Robinhood Stocks Review - Pros and Cons
Founded in 2014 by Stanford University alumni, Robinhood is on a mission to democratize the stock market. Its commission-free trading and no minimum account balances make it popular among millennials and other new investors. It offers a range of stocks, ETFs and cryptocurrency trading on its mobile app platform with no fees (except for Bitcoin transactions) and no minimum investment. The company also features a debit card-based spending account, which can round up purchases to invest the extra change, similar to the tactics used by robo-advisors Acorns and Stash. However, Robinhood’s lack of assets like fixed income, mutual funds and futures and its meager research and account tools are notable drawbacks for more advanced investors.

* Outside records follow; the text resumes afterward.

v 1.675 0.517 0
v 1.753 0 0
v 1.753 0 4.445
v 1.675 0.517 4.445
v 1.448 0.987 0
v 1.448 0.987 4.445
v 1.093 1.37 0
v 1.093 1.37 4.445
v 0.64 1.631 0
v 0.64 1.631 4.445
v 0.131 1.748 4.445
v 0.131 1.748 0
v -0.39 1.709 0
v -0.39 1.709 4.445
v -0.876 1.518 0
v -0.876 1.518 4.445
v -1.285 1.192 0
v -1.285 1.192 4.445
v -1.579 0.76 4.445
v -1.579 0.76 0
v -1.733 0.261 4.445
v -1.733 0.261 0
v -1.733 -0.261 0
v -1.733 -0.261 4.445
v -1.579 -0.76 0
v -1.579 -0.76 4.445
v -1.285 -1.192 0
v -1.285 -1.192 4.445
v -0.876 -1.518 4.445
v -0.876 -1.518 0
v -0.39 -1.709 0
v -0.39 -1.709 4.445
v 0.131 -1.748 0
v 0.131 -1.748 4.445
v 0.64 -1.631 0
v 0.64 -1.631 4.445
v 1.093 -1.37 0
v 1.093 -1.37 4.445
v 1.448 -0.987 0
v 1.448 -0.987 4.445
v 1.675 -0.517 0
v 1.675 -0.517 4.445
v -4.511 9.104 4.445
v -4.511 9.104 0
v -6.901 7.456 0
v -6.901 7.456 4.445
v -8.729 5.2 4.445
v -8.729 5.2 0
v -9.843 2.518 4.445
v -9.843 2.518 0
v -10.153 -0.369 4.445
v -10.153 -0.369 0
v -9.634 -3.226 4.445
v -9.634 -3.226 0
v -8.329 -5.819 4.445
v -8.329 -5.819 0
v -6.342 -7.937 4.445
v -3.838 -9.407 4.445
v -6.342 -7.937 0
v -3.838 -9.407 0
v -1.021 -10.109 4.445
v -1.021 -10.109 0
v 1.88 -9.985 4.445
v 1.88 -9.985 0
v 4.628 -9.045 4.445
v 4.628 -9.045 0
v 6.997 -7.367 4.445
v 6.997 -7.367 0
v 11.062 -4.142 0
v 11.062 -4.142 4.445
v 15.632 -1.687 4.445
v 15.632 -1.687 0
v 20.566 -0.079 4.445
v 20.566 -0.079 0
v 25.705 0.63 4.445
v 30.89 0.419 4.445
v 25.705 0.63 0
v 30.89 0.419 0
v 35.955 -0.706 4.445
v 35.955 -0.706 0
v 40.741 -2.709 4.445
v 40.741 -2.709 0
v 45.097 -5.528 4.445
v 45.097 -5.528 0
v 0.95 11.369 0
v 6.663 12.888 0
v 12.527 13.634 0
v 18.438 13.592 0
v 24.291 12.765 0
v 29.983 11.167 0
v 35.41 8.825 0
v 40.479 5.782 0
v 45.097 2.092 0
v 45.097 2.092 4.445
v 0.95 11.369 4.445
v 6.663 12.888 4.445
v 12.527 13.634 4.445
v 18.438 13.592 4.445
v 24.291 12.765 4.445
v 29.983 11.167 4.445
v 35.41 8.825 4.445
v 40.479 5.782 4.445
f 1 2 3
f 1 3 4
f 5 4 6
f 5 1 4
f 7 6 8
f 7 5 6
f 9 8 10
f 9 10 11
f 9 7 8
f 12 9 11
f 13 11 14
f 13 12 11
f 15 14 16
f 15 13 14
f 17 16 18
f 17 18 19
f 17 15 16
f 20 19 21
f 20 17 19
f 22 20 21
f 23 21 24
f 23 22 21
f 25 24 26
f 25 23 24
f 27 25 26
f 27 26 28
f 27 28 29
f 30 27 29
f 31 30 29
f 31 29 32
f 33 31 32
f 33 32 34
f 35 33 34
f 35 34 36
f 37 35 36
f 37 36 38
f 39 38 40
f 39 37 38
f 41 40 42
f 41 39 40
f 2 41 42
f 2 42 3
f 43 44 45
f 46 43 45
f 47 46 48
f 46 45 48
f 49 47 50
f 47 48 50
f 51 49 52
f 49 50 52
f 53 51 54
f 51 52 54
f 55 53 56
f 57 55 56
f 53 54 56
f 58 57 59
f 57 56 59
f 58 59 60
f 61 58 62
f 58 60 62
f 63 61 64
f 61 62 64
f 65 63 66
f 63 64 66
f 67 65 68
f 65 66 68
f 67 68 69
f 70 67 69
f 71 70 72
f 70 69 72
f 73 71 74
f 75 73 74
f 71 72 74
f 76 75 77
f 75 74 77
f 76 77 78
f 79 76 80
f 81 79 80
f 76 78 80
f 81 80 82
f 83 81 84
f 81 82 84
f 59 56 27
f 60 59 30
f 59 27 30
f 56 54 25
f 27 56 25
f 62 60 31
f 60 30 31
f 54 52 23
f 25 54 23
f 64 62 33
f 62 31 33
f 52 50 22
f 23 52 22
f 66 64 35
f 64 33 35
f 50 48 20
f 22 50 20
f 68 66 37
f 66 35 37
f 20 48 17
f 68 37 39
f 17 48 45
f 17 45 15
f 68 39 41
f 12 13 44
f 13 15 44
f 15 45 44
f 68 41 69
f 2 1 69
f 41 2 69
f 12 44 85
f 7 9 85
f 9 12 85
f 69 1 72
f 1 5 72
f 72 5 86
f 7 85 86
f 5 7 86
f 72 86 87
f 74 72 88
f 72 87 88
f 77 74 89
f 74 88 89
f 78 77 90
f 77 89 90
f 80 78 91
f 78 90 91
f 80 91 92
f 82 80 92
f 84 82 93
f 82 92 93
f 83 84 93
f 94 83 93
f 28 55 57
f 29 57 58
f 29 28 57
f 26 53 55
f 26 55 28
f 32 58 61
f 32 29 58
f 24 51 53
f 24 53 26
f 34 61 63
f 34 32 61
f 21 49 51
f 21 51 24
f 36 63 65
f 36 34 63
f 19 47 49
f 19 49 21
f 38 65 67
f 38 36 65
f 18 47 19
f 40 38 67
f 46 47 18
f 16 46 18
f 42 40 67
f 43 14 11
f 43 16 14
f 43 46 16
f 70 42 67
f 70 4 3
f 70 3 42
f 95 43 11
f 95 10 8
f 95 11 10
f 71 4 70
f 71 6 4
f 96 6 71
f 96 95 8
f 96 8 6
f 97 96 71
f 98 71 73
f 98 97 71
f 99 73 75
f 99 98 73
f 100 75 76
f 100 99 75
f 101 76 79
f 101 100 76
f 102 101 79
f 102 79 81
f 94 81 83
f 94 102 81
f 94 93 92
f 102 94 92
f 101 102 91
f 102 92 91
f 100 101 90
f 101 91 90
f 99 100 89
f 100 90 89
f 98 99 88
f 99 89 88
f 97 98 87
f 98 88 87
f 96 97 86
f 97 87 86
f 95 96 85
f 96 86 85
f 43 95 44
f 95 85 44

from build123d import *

# Parameters (mm, degrees)
SKETCH1_R           = 1.7526
BOSS_EXTRUDE1_DEPTH = 4.445


with BuildPart() as part:
    # Sketch1 → Boss-Extrude1 (new body)
    with BuildSketch(Plane.XY):
        with BuildLine():
            Line((45.097053324, -5.527793834), (45.097053324, 2.092206166))
            ThreePointArc((45.097053324, 2.092206166), (21.378517637, 13.276466986), (-4.510590735, 9.103854745))
            ThreePointArc((-4.510590735, 9.103854745), (-8.328542576, -5.819018694), (6.997053324, -7.366603341))
            ThreePointArc((6.997053324, -7.366603341), (25.705466674, 0.630452091), (45.097053324, -5.527793834))
        make_face()
        Circle(SKETCH1_R, mode=Mode.SUBTRACT)
    extrude(amount=BOSS_EXTRUDE1_DEPTH)


solid = part.part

The app’s sign-up and funding processes are smooth and fast, though it has faced criticism for "gamifying" investing by using digital confetti in celebration of successful trades. The brokerage has responded by addressing some of the concerns, including lowering the amount of time it takes to trade and halting trading during GameStop-related volatility. Robinhood’s margin accounts offer competitive rates, with Gold members earning a higher rate.

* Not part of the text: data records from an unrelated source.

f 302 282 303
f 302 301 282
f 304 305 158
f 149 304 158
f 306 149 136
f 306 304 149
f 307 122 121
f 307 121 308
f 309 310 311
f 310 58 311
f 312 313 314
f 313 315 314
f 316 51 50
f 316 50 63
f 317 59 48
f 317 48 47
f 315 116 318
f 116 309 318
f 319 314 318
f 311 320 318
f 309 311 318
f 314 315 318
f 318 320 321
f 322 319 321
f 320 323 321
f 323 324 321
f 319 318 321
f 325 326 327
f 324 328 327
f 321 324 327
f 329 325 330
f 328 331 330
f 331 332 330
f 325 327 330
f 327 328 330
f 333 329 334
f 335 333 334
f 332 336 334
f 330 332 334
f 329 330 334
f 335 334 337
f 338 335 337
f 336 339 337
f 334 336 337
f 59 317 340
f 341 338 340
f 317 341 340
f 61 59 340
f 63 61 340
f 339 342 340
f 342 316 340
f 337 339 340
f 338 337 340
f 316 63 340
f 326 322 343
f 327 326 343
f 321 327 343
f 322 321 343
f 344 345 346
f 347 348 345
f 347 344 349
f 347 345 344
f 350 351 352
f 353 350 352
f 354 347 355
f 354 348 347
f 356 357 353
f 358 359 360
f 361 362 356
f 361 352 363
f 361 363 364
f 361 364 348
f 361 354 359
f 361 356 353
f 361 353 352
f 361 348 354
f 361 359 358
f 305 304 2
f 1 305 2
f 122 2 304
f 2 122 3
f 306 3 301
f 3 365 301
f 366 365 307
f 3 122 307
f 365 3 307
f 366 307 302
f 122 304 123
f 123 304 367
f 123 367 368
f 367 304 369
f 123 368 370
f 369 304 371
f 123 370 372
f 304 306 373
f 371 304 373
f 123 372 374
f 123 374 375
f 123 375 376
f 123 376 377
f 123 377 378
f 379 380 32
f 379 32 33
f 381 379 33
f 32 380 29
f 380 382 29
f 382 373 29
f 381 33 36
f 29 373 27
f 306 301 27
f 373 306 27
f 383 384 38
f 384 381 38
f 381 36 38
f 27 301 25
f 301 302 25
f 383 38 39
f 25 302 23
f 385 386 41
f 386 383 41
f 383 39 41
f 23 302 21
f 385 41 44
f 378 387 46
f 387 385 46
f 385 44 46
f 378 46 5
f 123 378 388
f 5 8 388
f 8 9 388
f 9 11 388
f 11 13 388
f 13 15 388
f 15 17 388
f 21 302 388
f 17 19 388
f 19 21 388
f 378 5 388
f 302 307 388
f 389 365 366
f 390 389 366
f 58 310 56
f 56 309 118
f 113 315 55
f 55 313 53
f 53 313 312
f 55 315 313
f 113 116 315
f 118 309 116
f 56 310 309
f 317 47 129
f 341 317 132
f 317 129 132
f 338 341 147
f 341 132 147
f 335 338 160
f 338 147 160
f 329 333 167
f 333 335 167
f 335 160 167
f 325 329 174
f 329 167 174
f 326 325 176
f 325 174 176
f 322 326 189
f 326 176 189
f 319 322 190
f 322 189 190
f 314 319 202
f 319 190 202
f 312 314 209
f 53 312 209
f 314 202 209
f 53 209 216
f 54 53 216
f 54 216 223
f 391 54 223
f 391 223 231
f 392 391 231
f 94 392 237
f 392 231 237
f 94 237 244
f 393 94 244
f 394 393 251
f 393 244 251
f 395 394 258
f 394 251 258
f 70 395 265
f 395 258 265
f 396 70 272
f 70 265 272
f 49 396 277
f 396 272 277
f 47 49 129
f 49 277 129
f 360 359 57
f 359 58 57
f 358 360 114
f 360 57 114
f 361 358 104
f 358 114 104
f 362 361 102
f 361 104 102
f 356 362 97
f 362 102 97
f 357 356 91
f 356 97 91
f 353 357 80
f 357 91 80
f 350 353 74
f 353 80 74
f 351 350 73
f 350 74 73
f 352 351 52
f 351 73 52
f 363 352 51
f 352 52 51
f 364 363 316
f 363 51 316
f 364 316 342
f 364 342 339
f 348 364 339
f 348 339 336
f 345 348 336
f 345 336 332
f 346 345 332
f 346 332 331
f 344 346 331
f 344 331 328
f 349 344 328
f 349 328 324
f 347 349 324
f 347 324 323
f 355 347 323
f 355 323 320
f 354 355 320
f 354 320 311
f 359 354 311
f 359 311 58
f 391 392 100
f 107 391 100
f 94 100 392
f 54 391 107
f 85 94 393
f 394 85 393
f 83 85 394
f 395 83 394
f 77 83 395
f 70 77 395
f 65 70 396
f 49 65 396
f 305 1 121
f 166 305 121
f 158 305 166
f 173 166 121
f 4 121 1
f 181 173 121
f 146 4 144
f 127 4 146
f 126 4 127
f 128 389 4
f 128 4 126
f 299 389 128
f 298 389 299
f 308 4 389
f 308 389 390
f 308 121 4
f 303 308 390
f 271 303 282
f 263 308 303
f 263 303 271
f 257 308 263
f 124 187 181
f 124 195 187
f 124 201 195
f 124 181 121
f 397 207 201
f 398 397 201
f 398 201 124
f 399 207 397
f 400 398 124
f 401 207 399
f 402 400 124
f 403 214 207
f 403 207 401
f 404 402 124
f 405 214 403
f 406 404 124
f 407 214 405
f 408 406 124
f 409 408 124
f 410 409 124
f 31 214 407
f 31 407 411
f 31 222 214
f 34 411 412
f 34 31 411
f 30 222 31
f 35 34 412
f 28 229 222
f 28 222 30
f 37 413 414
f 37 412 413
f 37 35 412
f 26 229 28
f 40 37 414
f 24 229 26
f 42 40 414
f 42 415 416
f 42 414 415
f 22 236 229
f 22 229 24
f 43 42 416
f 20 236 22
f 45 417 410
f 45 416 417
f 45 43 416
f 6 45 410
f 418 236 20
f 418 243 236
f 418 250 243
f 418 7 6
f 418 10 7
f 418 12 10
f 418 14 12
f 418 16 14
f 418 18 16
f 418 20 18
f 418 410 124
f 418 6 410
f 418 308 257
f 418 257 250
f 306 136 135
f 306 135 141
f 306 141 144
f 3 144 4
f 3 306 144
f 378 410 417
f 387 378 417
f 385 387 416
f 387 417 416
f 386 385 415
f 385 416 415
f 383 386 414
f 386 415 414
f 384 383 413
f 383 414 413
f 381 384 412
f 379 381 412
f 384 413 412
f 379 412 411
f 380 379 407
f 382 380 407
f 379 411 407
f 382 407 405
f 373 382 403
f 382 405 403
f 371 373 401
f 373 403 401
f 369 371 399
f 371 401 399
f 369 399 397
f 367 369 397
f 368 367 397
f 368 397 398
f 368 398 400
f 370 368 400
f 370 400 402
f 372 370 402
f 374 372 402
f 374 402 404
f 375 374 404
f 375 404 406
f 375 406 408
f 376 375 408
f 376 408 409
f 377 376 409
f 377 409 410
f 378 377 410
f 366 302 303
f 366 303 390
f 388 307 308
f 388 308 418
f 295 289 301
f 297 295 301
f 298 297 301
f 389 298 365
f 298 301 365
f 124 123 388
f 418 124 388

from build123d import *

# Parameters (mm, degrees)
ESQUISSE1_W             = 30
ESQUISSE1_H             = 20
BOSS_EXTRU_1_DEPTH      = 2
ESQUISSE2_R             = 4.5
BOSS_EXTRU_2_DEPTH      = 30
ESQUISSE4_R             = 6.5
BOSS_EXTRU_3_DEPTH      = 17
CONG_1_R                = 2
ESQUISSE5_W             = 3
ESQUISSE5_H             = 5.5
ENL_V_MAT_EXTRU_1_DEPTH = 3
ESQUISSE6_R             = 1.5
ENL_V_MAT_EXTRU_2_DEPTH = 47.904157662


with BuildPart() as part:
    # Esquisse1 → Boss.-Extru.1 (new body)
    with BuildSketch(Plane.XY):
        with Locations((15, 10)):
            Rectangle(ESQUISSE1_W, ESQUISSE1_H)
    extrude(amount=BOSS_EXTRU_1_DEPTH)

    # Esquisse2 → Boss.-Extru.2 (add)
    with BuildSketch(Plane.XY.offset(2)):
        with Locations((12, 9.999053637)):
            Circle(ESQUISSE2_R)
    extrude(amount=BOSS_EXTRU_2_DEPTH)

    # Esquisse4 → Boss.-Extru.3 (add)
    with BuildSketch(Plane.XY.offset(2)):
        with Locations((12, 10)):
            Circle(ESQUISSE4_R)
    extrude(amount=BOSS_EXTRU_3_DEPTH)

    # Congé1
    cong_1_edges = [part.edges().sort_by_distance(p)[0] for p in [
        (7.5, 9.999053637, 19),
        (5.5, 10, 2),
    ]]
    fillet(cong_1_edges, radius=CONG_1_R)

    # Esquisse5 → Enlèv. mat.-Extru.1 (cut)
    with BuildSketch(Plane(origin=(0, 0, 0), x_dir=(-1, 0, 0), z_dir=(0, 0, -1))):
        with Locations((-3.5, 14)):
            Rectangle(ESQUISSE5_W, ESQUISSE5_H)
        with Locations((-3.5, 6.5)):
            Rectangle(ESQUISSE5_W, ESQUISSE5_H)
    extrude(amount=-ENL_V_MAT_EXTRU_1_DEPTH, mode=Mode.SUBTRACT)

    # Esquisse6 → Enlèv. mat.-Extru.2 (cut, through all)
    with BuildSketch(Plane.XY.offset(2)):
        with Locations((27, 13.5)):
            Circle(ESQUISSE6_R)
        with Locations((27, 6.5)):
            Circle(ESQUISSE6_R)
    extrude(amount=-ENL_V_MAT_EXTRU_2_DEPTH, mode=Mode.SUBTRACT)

Robinhood’s research offerings are somewhat lacking in comparison to other brokers, though the firm is working to increase its capabilities. For now, it resurfaces research from other users and third-party sources and provides charting functionality. The service also offers low-cost Level II market data from Nasdaq and Morningstar. In addition to a free account, Robinhood offers a paid premium tier called Robinhood Gold, which charges $5 per month and gives you access to additional research tools.